Saturn's rings have a width of tens of thousands of kilometers and a thickness of tens of meters, and they are composed of water ice particles with a diameter of mm to meters. The average relative impact velocity among ring particles is estimated to be < several cm/s. Numerical simulations indicate that ring particles should impact each other inelastically. Although previous laboratory experiments were conducted by using non-porous or frosted ice particles, ring particles are predicted by Cassini's observations to be highly porous ice particles such as ice aggregates. Therefore, it is necessary to examine whether the ice aggregates can maintain the thin annular rings of Saturn.
The purpose of this study is to clarify the velocity dependence of restitution coefficient (ε) and the threshold velocity for sticking of porous ice, we then try to estimate the internal structure of ring particles suitable for maintaining Saturn rings. Therefore, low-velocity impact experiments were performed between a porous ice ball and a porous ice plate or a granite plate, and we investigated the porosity dependence of the relationship between the impact velocity and the ε and the threshold velocity for sticking.

The ε was measured by letting a ball fall freely on a plate. Porous ice balls (the radius of 1.5 cm, the porosity of 47%, 53% and 60%) were made by compacting ice particles (the average size of 10 µm) in a spherical mold. A porous ice plate which was made in the same way as porous ice spheres (the radius of 1.5 cm, the thickness of 2 cm, the porosity of 43% to 62%) and a granite plate were used for the target plate. The ε was determined by measuring the time interval among collisions using a laser displacement meter. The impact velocity was changed from 0.78 to 101.3 cm/s.

The ε of the porous ice ball decreased with the increase of the impact velocity. Also, the decreased as the porosity increased for first collision, but the porosity dependence was not recognized for multiple collision. This velocity dependence of the ε can be expressed by the Andrews’ model, ε² = 1/{3(v_i/v_c)²} * [-2+{30(v_i/v_c)²-5}^1/2], where v_i is the impact velocity and v_c was critical velocity, and decreased with the increase of the porosity. On the other hand, v_c was 0.28 cm/s for all porosities in multiple collision. The reason for the decrease in ε for multiple collision is thought to be the decrease in the strength caused by the partial disruption of the sintered bond due to the previous impact.

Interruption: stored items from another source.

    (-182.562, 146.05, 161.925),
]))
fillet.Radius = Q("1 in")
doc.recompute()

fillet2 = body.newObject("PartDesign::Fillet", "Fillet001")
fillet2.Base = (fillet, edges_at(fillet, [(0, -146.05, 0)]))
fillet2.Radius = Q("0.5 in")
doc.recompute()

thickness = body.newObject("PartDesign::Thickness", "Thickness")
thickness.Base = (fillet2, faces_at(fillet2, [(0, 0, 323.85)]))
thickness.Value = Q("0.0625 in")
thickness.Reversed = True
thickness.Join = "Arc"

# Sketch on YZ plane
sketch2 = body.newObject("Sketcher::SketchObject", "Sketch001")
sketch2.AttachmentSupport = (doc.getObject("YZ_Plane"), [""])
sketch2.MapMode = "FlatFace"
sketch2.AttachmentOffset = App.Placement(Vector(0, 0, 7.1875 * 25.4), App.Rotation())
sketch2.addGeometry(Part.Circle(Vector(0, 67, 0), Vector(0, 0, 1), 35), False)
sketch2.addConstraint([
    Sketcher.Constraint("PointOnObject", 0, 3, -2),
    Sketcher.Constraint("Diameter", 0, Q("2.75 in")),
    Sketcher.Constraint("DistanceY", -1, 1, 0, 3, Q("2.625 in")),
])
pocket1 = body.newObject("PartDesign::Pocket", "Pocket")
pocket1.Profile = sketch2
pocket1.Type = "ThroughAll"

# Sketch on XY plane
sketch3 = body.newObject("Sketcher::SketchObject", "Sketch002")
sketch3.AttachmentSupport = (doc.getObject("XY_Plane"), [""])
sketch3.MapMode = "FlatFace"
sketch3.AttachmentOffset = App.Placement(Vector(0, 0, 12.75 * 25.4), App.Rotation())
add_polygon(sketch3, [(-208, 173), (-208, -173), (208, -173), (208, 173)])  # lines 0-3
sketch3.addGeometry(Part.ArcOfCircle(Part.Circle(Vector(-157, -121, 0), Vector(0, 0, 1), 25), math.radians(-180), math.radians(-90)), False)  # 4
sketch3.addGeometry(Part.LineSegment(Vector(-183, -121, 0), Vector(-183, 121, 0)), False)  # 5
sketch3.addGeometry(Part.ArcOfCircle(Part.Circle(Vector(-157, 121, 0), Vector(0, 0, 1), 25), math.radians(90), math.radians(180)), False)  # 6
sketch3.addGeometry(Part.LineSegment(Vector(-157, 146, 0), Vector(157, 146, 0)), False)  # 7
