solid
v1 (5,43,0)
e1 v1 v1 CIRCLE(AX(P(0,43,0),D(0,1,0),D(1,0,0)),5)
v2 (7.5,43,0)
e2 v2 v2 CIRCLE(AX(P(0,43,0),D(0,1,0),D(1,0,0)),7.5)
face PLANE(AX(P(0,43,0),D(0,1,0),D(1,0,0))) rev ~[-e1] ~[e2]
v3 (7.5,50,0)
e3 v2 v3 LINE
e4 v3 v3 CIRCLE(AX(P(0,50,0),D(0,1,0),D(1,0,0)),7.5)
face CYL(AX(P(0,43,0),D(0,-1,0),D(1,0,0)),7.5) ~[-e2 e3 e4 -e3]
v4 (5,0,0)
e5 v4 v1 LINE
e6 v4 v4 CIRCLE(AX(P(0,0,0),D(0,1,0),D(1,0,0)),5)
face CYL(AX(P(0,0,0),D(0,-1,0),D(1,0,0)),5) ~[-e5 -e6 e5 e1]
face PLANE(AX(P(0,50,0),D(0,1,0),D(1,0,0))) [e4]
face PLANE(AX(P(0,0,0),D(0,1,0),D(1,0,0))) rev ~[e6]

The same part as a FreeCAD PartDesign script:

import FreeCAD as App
import Part
import Sketcher

doc = App.newDocument("Part")
body = doc.addObject("PartDesign::Body", "Body")

# Sketch on XZ plane
sketch1 = doc.addObject("Sketcher::SketchObject", "Sketch")
body.addObject(sketch1)
sketch1.AttachmentSupport = (doc.XZ_Plane, [""])
sketch1.MapMode = "FlatFace"
sketch1.addGeometry(Part.Circle(App.Vector(0, 0, 0), App.Vector(0, 0, 1), 5), False)
sketch1.addConstraint(Sketcher.Constraint("Coincident", 0, 3, -1, 1))
sketch1.addConstraint(Sketcher.Constraint("Diameter", 0, 10.0))
pad1 = doc.addObject("PartDesign::Pad", "Pad")
body.addObject(pad1)
pad1.Profile = sketch1
pad1.Length = 43
pad1.Reversed = True

# Sketch on XZ plane
sketch2 = doc.addObject("Sketcher::SketchObject", "Sketch001")
body.addObject(sketch2)
sketch2.AttachmentSupport = (doc.XZ_Plane, [""])
sketch2.MapMode = "FlatFace"
sketch2.AttachmentOffset = App.Placement(App.Vector(0, 0, -43), App.Rotation())
sketch2.addGeometry(Part.Circle(App.Vector(0, 0, 0), App.Vector(0, 0, 1), 8), False)
sketch2.addConstraint(Sketcher.Constraint("Coincident", 0, 3, -1, 1))
sketch2.addConstraint(Sketcher.Constraint("Diameter", 0, 15.0))
pad2 = doc.addObject("PartDesign::Pad", "Pad001")
body.addObject(pad2)
pad2.Profile = sketch2
pad2.Length = 7
pad2.Reversed = True

doc.recompute()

For collisions between porous the ice ball and the granite plate, we observed quasi-elastic region where ε was about 0.6 regardless of the v_i and we found that the critical velocity v'_c was 6 cm/s at the porosity of 47%, 4.5 cm/s at 53%, and 3.5 cm/s at 60%, respectively. Using the obtained v'_c, we calculated the impact pressures based on Hertzian elasticity theory and were 2.24 MPa at the porosity of 47%, 1.16 MPa at 53%, and 0.43 MPa at 60%. This is in good agreement with the compressive strength of porous ice balls measured in static compression tests. Therefore, it is speculated that the plastic deformation would begin at the impact velocity beyond the critical velocity; it might cause the energy dissipation and the decrease of ε.
We found both rebound and sticking in this study. However, at the circumstance temperature around Saturn of about 100 K, the threshold velocity for sticking was speculated to be lower because the threshold velocity was obtained at 258 K in this study. Then, by extrapolating the empirical equation obtained in this study, we assume that the equation could be independent on the temperature: it is applicable at the Saturn’s region that ε is 0.4 to 0.7 at the impact velocity from 0.5 to 3 cm/s. This velocity range was almost consistent with those of ring particles obtained from the numerical simulation (0.3 to 2 cm/s). Therefore, it could be possible that the Saturn’s ring particles are porous ice balls with porosity of 47 to 60%.